В итоге получалось, что до обеда ничем, требующим физических усилий, заниматься мне особо нельзя. Нужно было придумать какое-то занятие, не связанное с напряжением мышц спины. Позавтракав и размышляя, я вышел во двор, где уже вовсю кипела работа — крестьяне разгружали доски, привезённые Степаном, складывали их аккуратными штабелями вдоль забора.
И тут меня осенило. Решил заняться контролем по утеплению своего дома — дело нужное, не требующее от меня физических усилий, но позволяющее не сидеть без дела. Заодно и оконную раму со стеклом установим наконец-то. А то Пётр доделал её уже давно, а всё не решались поставить, пока дом не утеплили, мало ли, заденут, чтоб не побить стекло.
Вскоре к дому потянулись крестьяне с инструментами и материалами. Кто-то нёс молоток и гвозди, кто-то охапки мха для утепления, двое аккуратно, словно величайшую драгоценность, несли оконную раму со вставленным в неё стеклом.
Ричард, наблюдавший за приготовлениями, подошёл ко мне:
— Интересная конструкция, — заметил он, указывая на раму. — В Англии сейчас тоже входят в моду большие окна со стеклом, но они дороги, и позволить их себе могут только состоятельные люди.
— Здесь то же самое, — кивнул я. — Но свет в доме — это не только удобство, но и здоровье. Тем более зимой, когда дни короткие.
В итоге до обеда я показывал мужикам, как лучше укладывать доски так, чтобы между домом и обшивкой было пространство — туда сразу же набивали мох, который Степан запас заранее. Должно было хорошо тепло держать. Я помнил из своего времени про многослойные стены с воздушной прослойкой и теплоизоляцией, и хотя технологии здесь были примитивнее, принцип оставался тем же.
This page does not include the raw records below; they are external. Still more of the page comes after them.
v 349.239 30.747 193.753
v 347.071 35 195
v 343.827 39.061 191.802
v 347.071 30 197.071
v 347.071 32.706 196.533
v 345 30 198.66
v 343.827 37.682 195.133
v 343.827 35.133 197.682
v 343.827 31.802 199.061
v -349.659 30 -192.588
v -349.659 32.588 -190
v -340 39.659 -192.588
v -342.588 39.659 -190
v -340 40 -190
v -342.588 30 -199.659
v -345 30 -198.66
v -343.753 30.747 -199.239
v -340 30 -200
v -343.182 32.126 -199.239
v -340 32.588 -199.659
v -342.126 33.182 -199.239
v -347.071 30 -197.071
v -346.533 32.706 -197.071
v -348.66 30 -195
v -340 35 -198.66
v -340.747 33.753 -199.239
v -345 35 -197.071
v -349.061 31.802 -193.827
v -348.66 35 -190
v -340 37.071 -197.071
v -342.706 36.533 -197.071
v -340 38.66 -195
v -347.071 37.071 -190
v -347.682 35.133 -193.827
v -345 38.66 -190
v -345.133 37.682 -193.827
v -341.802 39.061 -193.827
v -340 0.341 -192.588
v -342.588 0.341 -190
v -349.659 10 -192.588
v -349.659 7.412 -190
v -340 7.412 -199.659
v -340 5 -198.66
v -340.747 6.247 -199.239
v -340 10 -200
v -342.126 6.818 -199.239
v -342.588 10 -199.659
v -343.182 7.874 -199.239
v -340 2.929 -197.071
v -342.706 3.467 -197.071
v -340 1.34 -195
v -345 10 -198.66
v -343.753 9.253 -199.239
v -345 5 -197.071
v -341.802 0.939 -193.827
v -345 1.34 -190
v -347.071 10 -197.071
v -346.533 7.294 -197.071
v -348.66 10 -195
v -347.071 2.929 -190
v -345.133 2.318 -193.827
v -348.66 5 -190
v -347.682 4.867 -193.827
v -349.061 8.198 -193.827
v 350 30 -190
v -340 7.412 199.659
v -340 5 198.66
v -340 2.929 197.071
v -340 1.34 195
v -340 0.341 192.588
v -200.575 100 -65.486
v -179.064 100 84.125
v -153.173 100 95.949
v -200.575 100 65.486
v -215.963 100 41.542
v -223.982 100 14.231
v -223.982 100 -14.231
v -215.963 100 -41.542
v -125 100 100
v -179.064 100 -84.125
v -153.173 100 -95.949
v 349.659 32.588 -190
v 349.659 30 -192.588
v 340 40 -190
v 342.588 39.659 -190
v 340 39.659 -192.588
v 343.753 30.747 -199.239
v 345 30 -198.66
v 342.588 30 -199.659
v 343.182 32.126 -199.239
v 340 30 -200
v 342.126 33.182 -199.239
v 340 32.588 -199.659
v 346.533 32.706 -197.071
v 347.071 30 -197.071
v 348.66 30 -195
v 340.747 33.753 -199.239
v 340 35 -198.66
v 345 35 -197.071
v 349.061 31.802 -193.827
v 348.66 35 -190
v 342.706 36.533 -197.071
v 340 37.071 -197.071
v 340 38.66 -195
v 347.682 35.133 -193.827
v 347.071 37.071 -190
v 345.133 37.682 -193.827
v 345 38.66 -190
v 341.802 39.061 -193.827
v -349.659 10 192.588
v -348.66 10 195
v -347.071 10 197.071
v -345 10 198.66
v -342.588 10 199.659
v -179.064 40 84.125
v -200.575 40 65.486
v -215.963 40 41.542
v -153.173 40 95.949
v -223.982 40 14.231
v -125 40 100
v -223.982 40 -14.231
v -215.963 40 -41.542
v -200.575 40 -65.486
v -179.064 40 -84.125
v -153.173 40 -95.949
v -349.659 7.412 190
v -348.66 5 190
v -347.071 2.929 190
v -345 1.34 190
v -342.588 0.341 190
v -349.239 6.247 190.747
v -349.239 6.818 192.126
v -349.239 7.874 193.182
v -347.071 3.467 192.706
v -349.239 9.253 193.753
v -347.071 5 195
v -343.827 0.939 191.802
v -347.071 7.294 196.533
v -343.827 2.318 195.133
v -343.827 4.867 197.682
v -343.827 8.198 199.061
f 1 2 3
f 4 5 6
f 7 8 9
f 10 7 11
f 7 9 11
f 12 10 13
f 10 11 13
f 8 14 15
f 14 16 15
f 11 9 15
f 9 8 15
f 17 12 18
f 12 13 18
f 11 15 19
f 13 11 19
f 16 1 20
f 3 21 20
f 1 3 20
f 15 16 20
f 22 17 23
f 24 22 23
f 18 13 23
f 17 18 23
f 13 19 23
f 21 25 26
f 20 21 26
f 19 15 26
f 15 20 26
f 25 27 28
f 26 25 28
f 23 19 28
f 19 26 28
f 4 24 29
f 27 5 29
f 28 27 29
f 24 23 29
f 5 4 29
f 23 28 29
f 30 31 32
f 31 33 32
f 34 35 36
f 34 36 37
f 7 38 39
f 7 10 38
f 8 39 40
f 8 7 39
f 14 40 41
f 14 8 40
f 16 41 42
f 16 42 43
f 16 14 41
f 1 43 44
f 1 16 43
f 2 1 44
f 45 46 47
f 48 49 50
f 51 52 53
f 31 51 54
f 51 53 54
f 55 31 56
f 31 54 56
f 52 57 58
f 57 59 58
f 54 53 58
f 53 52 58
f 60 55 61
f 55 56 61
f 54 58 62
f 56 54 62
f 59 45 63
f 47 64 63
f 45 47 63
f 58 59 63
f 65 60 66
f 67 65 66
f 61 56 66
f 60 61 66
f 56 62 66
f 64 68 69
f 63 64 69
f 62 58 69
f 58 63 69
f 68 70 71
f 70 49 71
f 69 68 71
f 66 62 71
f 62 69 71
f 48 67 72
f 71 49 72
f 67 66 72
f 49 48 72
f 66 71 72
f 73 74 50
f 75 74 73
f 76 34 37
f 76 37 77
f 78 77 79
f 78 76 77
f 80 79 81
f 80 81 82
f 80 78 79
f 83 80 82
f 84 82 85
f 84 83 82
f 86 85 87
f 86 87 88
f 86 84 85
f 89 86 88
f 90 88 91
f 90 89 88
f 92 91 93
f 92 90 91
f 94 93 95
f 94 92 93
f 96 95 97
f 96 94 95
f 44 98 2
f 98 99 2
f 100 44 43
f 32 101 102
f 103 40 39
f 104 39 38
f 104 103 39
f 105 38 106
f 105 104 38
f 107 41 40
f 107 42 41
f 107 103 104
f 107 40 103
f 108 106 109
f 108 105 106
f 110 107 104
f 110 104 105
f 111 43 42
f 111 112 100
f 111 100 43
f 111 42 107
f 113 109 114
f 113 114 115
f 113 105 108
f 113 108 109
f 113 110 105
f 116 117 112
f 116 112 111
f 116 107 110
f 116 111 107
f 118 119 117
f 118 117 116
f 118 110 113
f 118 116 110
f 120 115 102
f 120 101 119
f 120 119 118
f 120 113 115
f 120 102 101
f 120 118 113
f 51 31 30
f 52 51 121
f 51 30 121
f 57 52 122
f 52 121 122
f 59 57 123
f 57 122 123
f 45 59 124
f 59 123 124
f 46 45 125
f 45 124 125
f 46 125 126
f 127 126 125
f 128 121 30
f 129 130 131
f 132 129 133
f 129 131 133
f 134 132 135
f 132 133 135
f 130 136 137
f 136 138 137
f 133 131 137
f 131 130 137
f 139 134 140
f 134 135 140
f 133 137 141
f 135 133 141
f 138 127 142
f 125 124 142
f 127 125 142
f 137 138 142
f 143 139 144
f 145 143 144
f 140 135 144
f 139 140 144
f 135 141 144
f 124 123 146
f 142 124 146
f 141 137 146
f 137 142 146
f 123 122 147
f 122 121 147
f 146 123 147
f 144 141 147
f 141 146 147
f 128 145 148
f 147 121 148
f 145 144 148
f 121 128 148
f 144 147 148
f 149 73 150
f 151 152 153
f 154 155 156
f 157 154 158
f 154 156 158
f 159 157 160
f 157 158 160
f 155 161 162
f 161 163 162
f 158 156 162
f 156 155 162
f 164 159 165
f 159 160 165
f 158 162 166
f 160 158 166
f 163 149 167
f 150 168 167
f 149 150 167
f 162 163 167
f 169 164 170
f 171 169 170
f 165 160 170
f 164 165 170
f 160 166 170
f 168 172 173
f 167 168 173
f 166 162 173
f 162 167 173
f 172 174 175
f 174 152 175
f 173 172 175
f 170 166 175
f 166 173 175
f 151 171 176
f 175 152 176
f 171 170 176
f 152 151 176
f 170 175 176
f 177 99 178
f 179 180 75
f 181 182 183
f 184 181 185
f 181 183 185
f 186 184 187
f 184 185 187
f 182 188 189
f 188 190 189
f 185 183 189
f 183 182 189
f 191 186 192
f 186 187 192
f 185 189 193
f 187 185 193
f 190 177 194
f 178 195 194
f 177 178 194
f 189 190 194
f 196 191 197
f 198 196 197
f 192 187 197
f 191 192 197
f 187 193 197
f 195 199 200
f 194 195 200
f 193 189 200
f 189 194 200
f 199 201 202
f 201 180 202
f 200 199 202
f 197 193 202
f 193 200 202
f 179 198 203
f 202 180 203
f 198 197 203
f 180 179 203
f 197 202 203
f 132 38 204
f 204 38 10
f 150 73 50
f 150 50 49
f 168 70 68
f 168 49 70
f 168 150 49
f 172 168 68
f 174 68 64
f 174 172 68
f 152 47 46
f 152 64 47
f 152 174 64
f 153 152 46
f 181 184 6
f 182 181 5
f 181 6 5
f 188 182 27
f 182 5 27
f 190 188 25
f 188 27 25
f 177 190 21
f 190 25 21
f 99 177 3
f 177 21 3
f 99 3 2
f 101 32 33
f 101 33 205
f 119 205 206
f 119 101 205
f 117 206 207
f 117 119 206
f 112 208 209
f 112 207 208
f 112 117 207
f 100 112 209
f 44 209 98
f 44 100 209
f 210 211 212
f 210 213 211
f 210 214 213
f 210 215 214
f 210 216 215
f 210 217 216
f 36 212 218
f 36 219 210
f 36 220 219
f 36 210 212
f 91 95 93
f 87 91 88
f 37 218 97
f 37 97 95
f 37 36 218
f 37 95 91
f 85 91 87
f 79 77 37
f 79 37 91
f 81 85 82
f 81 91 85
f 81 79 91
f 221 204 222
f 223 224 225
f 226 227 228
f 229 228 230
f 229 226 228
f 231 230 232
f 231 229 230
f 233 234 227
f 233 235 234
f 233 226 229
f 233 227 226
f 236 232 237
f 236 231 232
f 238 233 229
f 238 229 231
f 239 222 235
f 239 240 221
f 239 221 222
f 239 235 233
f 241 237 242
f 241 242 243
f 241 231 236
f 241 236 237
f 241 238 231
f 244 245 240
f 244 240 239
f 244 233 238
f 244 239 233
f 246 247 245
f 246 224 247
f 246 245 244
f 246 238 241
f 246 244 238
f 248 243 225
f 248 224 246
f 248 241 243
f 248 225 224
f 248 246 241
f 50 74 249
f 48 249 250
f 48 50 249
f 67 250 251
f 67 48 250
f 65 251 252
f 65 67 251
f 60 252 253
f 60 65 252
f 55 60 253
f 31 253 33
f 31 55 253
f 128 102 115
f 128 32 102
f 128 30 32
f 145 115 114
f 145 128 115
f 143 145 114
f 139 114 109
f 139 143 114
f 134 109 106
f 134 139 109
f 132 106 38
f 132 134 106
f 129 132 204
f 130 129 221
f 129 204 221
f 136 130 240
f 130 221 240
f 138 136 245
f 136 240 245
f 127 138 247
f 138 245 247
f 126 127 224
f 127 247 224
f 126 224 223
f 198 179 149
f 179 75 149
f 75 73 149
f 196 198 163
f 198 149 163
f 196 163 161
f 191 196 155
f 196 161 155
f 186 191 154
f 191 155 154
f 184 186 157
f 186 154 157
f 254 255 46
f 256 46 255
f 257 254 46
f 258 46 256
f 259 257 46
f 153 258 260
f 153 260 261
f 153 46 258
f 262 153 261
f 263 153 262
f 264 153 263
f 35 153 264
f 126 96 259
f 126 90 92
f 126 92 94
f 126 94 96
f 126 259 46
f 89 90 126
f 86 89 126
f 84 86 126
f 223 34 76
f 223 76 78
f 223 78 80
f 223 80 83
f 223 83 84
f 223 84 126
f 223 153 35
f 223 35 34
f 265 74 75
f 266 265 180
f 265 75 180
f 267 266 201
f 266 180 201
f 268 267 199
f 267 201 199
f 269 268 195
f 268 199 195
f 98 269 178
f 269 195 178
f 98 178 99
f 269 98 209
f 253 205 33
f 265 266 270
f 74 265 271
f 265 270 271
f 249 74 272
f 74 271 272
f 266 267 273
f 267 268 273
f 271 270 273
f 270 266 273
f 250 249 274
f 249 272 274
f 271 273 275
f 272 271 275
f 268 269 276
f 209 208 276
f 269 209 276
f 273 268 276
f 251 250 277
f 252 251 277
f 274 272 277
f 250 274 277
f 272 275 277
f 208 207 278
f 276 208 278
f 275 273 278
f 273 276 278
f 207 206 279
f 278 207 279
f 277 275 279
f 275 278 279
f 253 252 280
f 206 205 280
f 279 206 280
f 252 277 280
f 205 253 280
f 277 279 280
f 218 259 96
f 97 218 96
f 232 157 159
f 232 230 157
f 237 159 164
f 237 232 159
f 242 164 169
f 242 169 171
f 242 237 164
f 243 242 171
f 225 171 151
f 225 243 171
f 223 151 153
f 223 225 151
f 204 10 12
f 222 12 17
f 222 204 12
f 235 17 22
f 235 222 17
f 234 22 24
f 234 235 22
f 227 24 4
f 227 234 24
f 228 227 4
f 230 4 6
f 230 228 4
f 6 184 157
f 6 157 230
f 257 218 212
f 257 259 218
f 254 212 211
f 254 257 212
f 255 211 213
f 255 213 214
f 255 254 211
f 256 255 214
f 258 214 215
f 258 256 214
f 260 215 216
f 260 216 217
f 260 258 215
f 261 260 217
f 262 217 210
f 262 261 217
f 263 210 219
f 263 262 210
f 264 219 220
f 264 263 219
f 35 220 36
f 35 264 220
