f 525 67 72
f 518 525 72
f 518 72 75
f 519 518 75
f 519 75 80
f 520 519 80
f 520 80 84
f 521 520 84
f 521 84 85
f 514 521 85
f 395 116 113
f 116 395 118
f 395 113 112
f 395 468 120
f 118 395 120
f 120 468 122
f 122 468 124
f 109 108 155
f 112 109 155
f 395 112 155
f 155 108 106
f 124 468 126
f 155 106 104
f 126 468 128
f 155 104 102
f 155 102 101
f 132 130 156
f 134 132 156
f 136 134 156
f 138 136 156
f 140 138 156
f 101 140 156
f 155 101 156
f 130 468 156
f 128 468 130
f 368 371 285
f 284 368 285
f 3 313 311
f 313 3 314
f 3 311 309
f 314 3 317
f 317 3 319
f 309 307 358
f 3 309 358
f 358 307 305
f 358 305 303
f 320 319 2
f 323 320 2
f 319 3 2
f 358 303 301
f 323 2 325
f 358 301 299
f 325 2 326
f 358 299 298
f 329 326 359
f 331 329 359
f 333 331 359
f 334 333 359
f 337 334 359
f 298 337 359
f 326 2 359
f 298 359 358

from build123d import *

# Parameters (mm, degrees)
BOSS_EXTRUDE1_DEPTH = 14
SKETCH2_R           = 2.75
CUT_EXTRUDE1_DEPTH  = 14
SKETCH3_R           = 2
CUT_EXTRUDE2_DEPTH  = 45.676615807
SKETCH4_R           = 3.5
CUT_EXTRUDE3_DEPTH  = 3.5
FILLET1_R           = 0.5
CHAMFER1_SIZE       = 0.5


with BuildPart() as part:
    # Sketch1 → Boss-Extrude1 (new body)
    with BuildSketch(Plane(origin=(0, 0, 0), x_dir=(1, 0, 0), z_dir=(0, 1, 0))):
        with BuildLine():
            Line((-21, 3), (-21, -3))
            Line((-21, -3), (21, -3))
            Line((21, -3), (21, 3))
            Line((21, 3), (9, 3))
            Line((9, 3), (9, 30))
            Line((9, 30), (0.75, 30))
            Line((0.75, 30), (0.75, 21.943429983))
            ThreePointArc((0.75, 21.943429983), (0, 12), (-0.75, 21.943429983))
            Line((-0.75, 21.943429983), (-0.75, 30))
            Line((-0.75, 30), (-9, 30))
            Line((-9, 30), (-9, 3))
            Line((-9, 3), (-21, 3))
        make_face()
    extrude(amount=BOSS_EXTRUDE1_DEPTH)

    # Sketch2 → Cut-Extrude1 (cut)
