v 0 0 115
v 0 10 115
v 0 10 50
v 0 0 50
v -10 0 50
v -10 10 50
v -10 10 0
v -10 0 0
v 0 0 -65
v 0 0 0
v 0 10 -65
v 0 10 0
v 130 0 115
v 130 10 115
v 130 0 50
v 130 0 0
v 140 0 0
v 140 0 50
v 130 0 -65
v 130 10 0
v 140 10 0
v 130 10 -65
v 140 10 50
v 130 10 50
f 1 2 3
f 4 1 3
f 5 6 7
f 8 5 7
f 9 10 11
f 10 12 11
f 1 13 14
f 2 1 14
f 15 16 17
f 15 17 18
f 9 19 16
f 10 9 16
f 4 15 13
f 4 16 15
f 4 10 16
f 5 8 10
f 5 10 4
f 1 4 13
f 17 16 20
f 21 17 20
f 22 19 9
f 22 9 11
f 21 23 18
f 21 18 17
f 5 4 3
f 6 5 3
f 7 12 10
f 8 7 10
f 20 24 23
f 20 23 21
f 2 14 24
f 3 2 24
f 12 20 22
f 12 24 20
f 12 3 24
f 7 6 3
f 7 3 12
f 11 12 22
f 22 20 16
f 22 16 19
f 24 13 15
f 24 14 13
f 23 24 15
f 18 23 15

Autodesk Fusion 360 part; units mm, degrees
sketch "Sketch1" plane through (0, 0, 0) normal (1, 0, 0) x (0, 0, -1)
  line L0 (0, 0) -> (-50, 0)
  line L1 (-50, 0) -> (-50, 10)
  line L2 (-50, 10) -> (0, 10)
  line L3 (0, 10) -> (0, 0)
  line L4 (0, 0) -> (65, 0)
  line L5 (65, 0) -> (65, 10)
  line L6 (65, 10) -> (0, 10)
  line L7 (0, 10) -> (0, 0)
  line L8 (-50, 0) -> (-115, 0)
  line L9 (-115, 0) -> (-115, 10)
  line L10 (-115, 10) -> (-50, 10)
  line L11 (-50, 10) -> (-50, 0)
  dimension "d1" = 50
  dimension "d2" = 10
  dimension "d3" = 65
  dimension "d4" = 65
  dimension "d5" = 10
  dimension "d6" = 10
extrude "Extrude1" add sketch "Sketch1" along normal blind 130
extrude "Extrude2" add sketch "Sketch1" against normal blind 10 contours L0 L1 L2 L3 L7 L11
sketch "Sketch2" plane through (130, 0, 0) normal (1, 0, 0) x (0, 0, -1)
  line L0 (-115, 0) -> (65, 0)
  line L1 (65, 0) -> (65, 10)
  line L2 (65, 10) -> (-115, 10)
  line L3 (-115, 10) -> (-115, 0)
  line L4 (-50, 0) -> (0, 0)
  line L5 (0, 0) -> (0, 10)
  line L6 (0, 10) -> (-50, 10)
  line L7 (-50, 10) -> (-50, 0)
extrude "Extrude3" add sketch "Sketch2" along normal blind 10 contours L0 L2 L4 L5 L6 L7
— Вот так, правильно, — одобрил я, когда один из крестьян особенно ловко уложил мох в пространство между брёвнами сруба и внешней обшивкой. — Плотнее трамбуй, чтоб щелей не оставалось. Зимой каждая щель — это выстуженный угол.
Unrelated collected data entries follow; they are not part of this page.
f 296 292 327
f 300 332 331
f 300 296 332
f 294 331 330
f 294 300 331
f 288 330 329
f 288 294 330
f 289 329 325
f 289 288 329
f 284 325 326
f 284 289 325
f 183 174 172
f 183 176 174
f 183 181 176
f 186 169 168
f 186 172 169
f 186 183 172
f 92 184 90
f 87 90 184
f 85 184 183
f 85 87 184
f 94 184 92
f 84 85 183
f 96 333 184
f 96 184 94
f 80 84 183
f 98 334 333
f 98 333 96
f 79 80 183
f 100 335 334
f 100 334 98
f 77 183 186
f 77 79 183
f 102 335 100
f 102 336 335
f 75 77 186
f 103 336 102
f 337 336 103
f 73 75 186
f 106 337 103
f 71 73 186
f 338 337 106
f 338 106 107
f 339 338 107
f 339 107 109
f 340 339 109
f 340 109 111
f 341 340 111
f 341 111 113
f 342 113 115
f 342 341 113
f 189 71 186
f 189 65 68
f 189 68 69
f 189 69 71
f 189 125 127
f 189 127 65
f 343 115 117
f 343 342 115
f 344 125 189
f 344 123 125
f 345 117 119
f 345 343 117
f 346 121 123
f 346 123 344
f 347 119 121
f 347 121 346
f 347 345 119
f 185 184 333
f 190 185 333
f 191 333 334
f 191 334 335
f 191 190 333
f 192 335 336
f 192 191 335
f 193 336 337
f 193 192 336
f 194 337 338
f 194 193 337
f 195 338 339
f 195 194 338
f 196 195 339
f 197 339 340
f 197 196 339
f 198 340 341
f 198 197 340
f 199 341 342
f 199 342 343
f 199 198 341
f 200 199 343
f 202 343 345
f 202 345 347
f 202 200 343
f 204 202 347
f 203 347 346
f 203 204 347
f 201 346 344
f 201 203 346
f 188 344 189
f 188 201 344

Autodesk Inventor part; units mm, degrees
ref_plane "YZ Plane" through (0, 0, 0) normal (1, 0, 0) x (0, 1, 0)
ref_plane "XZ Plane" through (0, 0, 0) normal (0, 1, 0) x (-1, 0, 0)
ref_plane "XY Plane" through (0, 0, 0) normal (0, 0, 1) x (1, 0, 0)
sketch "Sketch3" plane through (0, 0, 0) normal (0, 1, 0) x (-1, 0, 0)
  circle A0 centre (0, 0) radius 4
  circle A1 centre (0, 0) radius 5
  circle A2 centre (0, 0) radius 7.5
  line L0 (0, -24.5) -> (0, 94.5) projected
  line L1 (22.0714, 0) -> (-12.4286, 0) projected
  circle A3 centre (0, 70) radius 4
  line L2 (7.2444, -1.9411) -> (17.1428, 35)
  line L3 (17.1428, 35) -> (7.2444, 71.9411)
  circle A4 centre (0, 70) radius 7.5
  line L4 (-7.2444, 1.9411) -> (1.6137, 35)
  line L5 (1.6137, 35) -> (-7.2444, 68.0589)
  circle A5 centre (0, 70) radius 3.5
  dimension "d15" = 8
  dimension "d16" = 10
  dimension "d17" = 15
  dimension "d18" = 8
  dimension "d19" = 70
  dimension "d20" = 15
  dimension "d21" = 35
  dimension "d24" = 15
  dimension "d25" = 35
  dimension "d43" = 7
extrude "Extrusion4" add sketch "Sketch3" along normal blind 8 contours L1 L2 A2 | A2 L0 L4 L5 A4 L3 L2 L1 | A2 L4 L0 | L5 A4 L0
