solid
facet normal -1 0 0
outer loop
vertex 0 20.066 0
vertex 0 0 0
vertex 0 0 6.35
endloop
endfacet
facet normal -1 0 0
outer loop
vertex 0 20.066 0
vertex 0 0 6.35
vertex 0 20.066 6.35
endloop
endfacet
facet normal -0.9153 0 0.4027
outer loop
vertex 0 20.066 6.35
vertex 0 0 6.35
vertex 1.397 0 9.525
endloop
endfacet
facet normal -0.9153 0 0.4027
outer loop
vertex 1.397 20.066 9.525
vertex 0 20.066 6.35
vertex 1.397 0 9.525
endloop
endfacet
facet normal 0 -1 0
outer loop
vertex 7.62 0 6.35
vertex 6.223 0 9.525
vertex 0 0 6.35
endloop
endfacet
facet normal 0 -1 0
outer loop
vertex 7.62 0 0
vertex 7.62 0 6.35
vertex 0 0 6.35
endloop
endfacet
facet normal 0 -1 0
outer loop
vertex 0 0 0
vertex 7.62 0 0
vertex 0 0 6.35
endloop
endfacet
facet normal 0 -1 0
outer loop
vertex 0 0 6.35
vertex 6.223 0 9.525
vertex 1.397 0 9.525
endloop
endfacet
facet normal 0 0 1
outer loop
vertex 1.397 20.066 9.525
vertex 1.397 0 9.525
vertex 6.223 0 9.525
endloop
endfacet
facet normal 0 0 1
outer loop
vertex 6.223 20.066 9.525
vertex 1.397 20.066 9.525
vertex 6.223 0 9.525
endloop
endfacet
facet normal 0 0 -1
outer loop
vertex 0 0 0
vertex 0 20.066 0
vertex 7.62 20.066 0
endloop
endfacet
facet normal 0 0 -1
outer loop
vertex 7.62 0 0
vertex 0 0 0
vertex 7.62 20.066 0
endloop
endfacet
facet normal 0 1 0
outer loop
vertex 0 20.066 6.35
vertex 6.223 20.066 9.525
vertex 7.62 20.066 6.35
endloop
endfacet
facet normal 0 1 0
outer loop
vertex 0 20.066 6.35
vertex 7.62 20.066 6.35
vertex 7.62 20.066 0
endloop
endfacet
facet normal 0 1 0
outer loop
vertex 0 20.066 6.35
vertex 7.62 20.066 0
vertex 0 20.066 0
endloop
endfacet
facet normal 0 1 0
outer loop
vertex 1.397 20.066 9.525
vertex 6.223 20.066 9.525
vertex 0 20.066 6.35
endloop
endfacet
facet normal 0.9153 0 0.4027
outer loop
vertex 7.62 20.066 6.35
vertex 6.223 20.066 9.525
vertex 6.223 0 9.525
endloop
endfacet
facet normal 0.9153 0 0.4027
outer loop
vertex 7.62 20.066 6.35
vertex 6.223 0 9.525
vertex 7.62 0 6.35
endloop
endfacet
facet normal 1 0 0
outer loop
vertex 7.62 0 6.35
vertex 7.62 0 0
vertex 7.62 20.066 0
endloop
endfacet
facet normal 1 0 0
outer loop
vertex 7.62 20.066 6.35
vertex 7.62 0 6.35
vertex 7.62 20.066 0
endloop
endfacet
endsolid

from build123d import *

# Parameters (mm, degrees)
SKETCH1_W           = 7.62
SKETCH1_H           = 20.066
BOSS_EXTRUDE1_DEPTH = 6.35
BOSS_EXTRUDE2_DEPTH = 20.066


with BuildPart() as part:
    # Sketch1 → Boss-Extrude1 (new body)
    with BuildSketch(Plane.XY):
        with Locations((3.81, 10.033)):
            Rectangle(SKETCH1_W, SKETCH1_H)
    extrude(amount=BOSS_EXTRUDE1_DEPTH)

    # Sketch4 → Boss-Extrude2 (add)
    with BuildSketch(Plane.XZ):
        Polygon((0, 6.35), (1.397, 9.525), (6.223, 9.525), (7.62, 6.35), align=None)
    extrude(amount=-BOSS_EXTRUDE2_DEPTH)


solid = part.part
— Хорошо, Егор Андреевич, — кивнул мужик, утирая пот со лба.
Ричард же наблюдал, как Петр занимается установкой оконной рамы.
Работа шла своим чередом, и я уже предвкушал, как зимой в утеплённом доме с настоящим стеклянным окном будет тепло и светло, как вдруг со стороны деревни донеслись крики. Я прислушался — кто-то звал меня.
Присмотревшись увидел что вдалеке бежит кто-то из ребятни, и кричит:
— Барин! Егор Андреевич! Там всадник скачет!
Мальчишка, лет десяти, запыхавшийся, с растрёпанными вихрами, подбежал ко мне и, согнувшись в поклоне, повторил:
— К нам всадник скачет, Егор Андреевич! Один, и видно, что при оружии.